Realms of the Haunting is without a doubt the greatest first person shooter ever made. The lowest score it ever received from ANY website, magazine, or form of video game journalism was an 8.5/10 or 85%. Not even Half Life, Half Life 2, or either Halo’s can claim that distinction. In fact the ONLY reason RotH is not the measuring stick for every single first person shooter ever made is a simple one: it’s obscure as hell. I’m hoping that in these few brief pages, I can convince you to pick it up and see why it is universally considered the best in its genre by anyone who has ever picked up the game.

RotH places you as one Adam Randall. Adam returns to his home in Cornwall for the funeral of his father. However, upon returning home, Adam is plagued with horrible and disturbing nightmares. Then before he is about to leave, a clergyman friend of Adam’s father hands him a strange parcel. A parcel that will act as a catalyst for Adam unwitting drafting into an eternal war between Heaven and Hell. It’s rare that a game is able to grasp such an intimidating concept like the Apocalypse and doesn’t turn it into something trite or into an overly dramatic cliche fest riddled with emo whiny characters. Instead, you’re getting something that’s a little bit Robert Bloch, a little bit Richard Matheson, and a lot of bullets to the noggin of skeletons, occultists, and the occasional cyborg from Erebus.

There are twenty two chapters to Realms of the Haunting, and it quite possible the longest first person shooter ever. I know I’ve yet to play an FPS that rivals an RPG in length besides this one. Through the game, Adam Randall will be exploring a haunted house, dealing with the machinations of a French sorcerer, and even doing battle with Belial and other arch dukes of hell as well. Throughout it all, you’ll be fighting to keep the forces of Lucifer from opened the final seal that will trigger the apocalypse and also save your father’s soul from the demons who are keeping it in eternal torment.

Interwoven with the shooting are some incredible full motion video segments. It’s these scenes that really flesh out the story and the characters you’ll encounter. You’ll encounter angels, a mysterious woman named Rebecca, and many other characters. RotH really does have the strongest and deepest plot out of any FPS ever made, and that was one of the things that really made the game stick out too me. Too many games, like the Doom trilogy, lack any real plot and seem like nothing more than an exercise in shooting things ad nauseam. Vapid, shallow little games catering to the more rudimentary gamer. The fact that nearly a decade on this game gives you so much story it’s almost embarrassing compared to modern day FPS’, should be enough to make even the most skeptical of the genre to give this game a try.

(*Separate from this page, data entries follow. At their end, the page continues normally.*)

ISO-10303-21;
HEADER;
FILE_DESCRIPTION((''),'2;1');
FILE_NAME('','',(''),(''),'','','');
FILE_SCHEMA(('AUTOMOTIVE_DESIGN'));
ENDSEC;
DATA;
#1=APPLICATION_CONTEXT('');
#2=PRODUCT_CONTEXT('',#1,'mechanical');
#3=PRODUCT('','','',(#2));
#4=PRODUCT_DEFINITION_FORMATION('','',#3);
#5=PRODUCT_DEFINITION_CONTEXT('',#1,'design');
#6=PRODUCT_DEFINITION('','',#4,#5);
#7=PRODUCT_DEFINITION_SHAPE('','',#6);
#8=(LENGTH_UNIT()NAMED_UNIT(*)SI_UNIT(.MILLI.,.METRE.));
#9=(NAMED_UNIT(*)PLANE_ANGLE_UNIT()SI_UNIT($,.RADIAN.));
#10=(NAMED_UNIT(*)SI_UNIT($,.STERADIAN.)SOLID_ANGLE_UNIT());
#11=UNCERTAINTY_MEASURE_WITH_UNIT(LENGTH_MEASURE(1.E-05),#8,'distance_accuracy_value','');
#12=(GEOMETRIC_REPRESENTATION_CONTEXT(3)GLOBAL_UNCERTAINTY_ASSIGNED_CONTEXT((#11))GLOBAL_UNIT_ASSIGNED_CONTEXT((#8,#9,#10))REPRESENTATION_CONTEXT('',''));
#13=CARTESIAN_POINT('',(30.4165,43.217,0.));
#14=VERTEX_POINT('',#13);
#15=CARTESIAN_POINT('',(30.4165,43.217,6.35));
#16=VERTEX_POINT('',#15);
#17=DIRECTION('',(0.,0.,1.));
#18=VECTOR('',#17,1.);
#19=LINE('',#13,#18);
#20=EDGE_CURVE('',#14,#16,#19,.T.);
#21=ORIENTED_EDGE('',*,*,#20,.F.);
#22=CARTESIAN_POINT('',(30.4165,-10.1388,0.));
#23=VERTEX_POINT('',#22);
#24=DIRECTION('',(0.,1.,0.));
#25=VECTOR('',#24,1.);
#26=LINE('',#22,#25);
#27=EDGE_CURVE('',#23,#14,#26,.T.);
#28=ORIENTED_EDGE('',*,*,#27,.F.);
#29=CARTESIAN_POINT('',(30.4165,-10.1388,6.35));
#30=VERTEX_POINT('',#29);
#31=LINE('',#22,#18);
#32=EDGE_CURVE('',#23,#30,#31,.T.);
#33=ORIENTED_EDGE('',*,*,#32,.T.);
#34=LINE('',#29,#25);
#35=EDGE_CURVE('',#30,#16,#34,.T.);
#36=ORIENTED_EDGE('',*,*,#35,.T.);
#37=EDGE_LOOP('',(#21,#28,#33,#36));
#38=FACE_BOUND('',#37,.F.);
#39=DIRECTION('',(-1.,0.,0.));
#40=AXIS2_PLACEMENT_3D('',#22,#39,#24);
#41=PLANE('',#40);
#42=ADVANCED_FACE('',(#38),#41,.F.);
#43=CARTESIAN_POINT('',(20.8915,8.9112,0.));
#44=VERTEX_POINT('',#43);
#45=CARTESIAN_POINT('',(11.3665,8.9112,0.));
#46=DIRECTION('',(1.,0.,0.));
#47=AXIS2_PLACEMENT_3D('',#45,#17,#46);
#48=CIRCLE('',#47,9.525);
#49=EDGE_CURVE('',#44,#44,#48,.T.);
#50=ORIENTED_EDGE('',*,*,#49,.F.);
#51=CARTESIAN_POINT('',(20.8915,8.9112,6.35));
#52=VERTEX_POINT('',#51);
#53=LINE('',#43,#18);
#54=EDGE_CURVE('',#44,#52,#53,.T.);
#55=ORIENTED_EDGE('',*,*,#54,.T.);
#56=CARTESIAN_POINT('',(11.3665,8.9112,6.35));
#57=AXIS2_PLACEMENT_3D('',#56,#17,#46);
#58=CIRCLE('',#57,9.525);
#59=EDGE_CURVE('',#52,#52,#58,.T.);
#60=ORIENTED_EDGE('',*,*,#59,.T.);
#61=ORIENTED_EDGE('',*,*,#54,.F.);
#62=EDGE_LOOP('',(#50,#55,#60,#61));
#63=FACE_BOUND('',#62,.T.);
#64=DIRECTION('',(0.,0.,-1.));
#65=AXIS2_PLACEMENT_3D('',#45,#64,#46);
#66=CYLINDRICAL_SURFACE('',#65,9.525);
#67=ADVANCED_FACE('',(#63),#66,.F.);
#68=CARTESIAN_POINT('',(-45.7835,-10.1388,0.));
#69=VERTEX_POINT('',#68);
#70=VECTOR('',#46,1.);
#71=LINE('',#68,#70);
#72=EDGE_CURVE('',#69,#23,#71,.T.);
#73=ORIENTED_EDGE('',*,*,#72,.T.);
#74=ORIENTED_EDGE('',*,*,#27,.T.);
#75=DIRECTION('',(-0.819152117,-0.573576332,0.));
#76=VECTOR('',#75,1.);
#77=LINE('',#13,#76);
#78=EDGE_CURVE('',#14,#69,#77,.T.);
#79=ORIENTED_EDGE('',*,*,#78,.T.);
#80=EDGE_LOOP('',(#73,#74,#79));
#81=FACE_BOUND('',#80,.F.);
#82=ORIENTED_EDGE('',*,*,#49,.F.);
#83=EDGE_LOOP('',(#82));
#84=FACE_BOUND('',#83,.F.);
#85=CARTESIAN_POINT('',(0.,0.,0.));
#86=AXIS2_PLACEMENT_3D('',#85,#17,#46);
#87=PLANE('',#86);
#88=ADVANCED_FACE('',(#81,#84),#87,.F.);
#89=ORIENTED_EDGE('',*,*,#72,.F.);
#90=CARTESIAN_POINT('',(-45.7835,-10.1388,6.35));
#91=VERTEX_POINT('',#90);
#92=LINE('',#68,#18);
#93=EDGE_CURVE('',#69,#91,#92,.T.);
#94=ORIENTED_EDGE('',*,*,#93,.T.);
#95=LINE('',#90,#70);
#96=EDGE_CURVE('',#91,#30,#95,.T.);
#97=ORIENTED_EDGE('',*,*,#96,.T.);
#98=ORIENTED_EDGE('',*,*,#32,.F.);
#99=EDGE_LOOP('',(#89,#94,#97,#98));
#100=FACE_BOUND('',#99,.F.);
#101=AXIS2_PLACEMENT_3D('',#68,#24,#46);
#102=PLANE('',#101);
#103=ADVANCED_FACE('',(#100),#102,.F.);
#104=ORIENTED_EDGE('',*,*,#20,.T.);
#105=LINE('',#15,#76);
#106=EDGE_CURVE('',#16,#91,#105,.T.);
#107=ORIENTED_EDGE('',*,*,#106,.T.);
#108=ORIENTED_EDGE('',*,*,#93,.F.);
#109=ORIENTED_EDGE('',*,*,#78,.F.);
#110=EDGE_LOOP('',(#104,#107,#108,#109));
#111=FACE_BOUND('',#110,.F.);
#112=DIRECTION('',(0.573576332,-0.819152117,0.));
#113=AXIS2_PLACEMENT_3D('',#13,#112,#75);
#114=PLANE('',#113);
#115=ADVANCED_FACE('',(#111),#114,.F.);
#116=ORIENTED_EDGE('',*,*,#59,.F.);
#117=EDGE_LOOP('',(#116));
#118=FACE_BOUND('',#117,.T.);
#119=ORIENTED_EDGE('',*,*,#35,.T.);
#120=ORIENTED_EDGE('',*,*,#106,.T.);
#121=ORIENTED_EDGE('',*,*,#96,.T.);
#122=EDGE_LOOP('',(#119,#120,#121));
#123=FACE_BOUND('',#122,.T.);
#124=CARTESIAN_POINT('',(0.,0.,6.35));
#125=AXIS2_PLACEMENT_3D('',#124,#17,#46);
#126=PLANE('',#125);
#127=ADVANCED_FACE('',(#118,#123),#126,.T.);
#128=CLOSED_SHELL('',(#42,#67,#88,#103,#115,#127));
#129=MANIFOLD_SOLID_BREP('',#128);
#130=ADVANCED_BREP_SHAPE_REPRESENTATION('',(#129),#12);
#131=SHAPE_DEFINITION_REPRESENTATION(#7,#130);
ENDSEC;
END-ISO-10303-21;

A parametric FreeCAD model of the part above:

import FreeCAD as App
import Part
import Sketcher
Q = App.Units.Quantity


def add_polygon(sketch, points):
    """Adds a closed chain of lines whose ends are joined by coincident constraints."""
    first, n = sketch.GeometryCount, len(points)
    for a, b in zip(points, points[1:] + points[:1]):
        sketch.addGeometry(Part.LineSegment(App.Vector(*a, 0), App.Vector(*b, 0)), False)
    for i in range(n):
        sketch.addConstraint(Sketcher.Constraint("Coincident", first + i, 2, first + (i + 1) % n, 1))

doc = App.newDocument("Part")
params = doc.addObject("Spreadsheet::Sheet", "Params")
for row, (alias, value) in enumerate([
    ("sketch1_diameter", "0.75 in"),
    ("sketch1_width", "3 in"),
    ("pad1_length", "0.25 in"),
], start=1):
    params.set(f"A{row}", alias)
    params.set(f"B{row}", "=" + value)
    params.setAlias(f"B{row}", alias)

body = doc.addObject("PartDesign::Body", "Body")

sketch1 = body.newObject("Sketcher::SketchObject", "Sketch")
sketch1.AttachmentSupport = (doc.getObject("XY_Plane"), [""])
sketch1.MapMode = "FlatFace"
add_polygon(sketch1, [(30.4165, 43.217), (-45.7835, -10.1388), (30.4165, -10.1388)])
sketch1.addGeometry(Part.Circle(App.Vector(11.3665, 8.9112, 0), App.Vector(0, 0, 1), 9.525), False)
sketch1.addConstraint([
    Sketcher.Constraint("Horizontal", 1),
    Sketcher.Constraint("Vertical", 2),
    Sketcher.Constraint("Diameter", 3, Q("0.75 in")),
    Sketcher.Constraint("DistanceX", 1, 1, 1, 2, Q("3 in")),
    Sketcher.Constraint("DistanceY", 0, 2, 3, 3, Q("0.75 in")),
    Sketcher.Constraint("DistanceX", 3, 3, 1, 2, Q("0.75 in")),
    Sketcher.Constraint("Angle", 0, Q("-145 deg")),
    Sketcher.Constraint("DistanceX", -1, 1, 3, 3, Q("0.4475 in")),
    Sketcher.Constraint("DistanceY", -1, 1, 3, 3, Q("8.9112 mm")),
])
sketch1.setExpression("Constraints[5]", "Params.sketch1_diameter")
sketch1.setExpression("Constraints[6]", "Params.sketch1_width")
pad1 = body.newObject("PartDesign::Pad", "Pad")
pad1.Profile = sketch1
pad1.setExpression("Length", "Params.pad1_length")

doc.recompute()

In its heyday, Realms of the Haunting was one of the most striking video games out there. The three-dimensional graphics impressed every gamer who saw them, even though today we’d call them on par with late generation PSX games. The monsters will well designed, especially the demons in later stages. The Father of Lies for example…well, I’ll make you play the game to see just how amazing he looks. It’s also one of the few first person games, whether shooter, adventure, or whatever, where you can look into a mirror and actually see not only your own reflection, but your own actions mimicked. When you also factor in all the full motion video (approximately 90 minutes), it’s no wonder that ROTH was four CD’s of graphical innovation and jaw dropping brilliance. To a modern or casual gamer, the screens will look quite pixilated, but this is due to the fact that in 1996, 3D accelerators were as commonplace as finding a game of the year candidate from Acclaim. However, the atmosphere and dark nature of the RotH should be able to keep the non graphics obsessed gamer enthralled. You just might even find yourself jumping at a moment or two.

RotH was not just a game of shooting up demons and Freemasons. It also contained a lot of elements from the Adventure genre, such as some truly great puzzles. A lot of first person shooters have puzzles that consist of “Get item, run really far. Use item. Shoot things. Run back. Get new item. Repeat.” Not so with Realms. There are typical mix items together puzzles as are common place in Adventure games, but there are also some brain teasers as well. Again, my usual disdain for FPS’ dissipated when this game gave actually had me using my logistics skills. A thinking man’s shooter? Such a thing had never been done before, and has yet to occur since. I tell you, RotH mixed so many genres together, and flawlessly at that.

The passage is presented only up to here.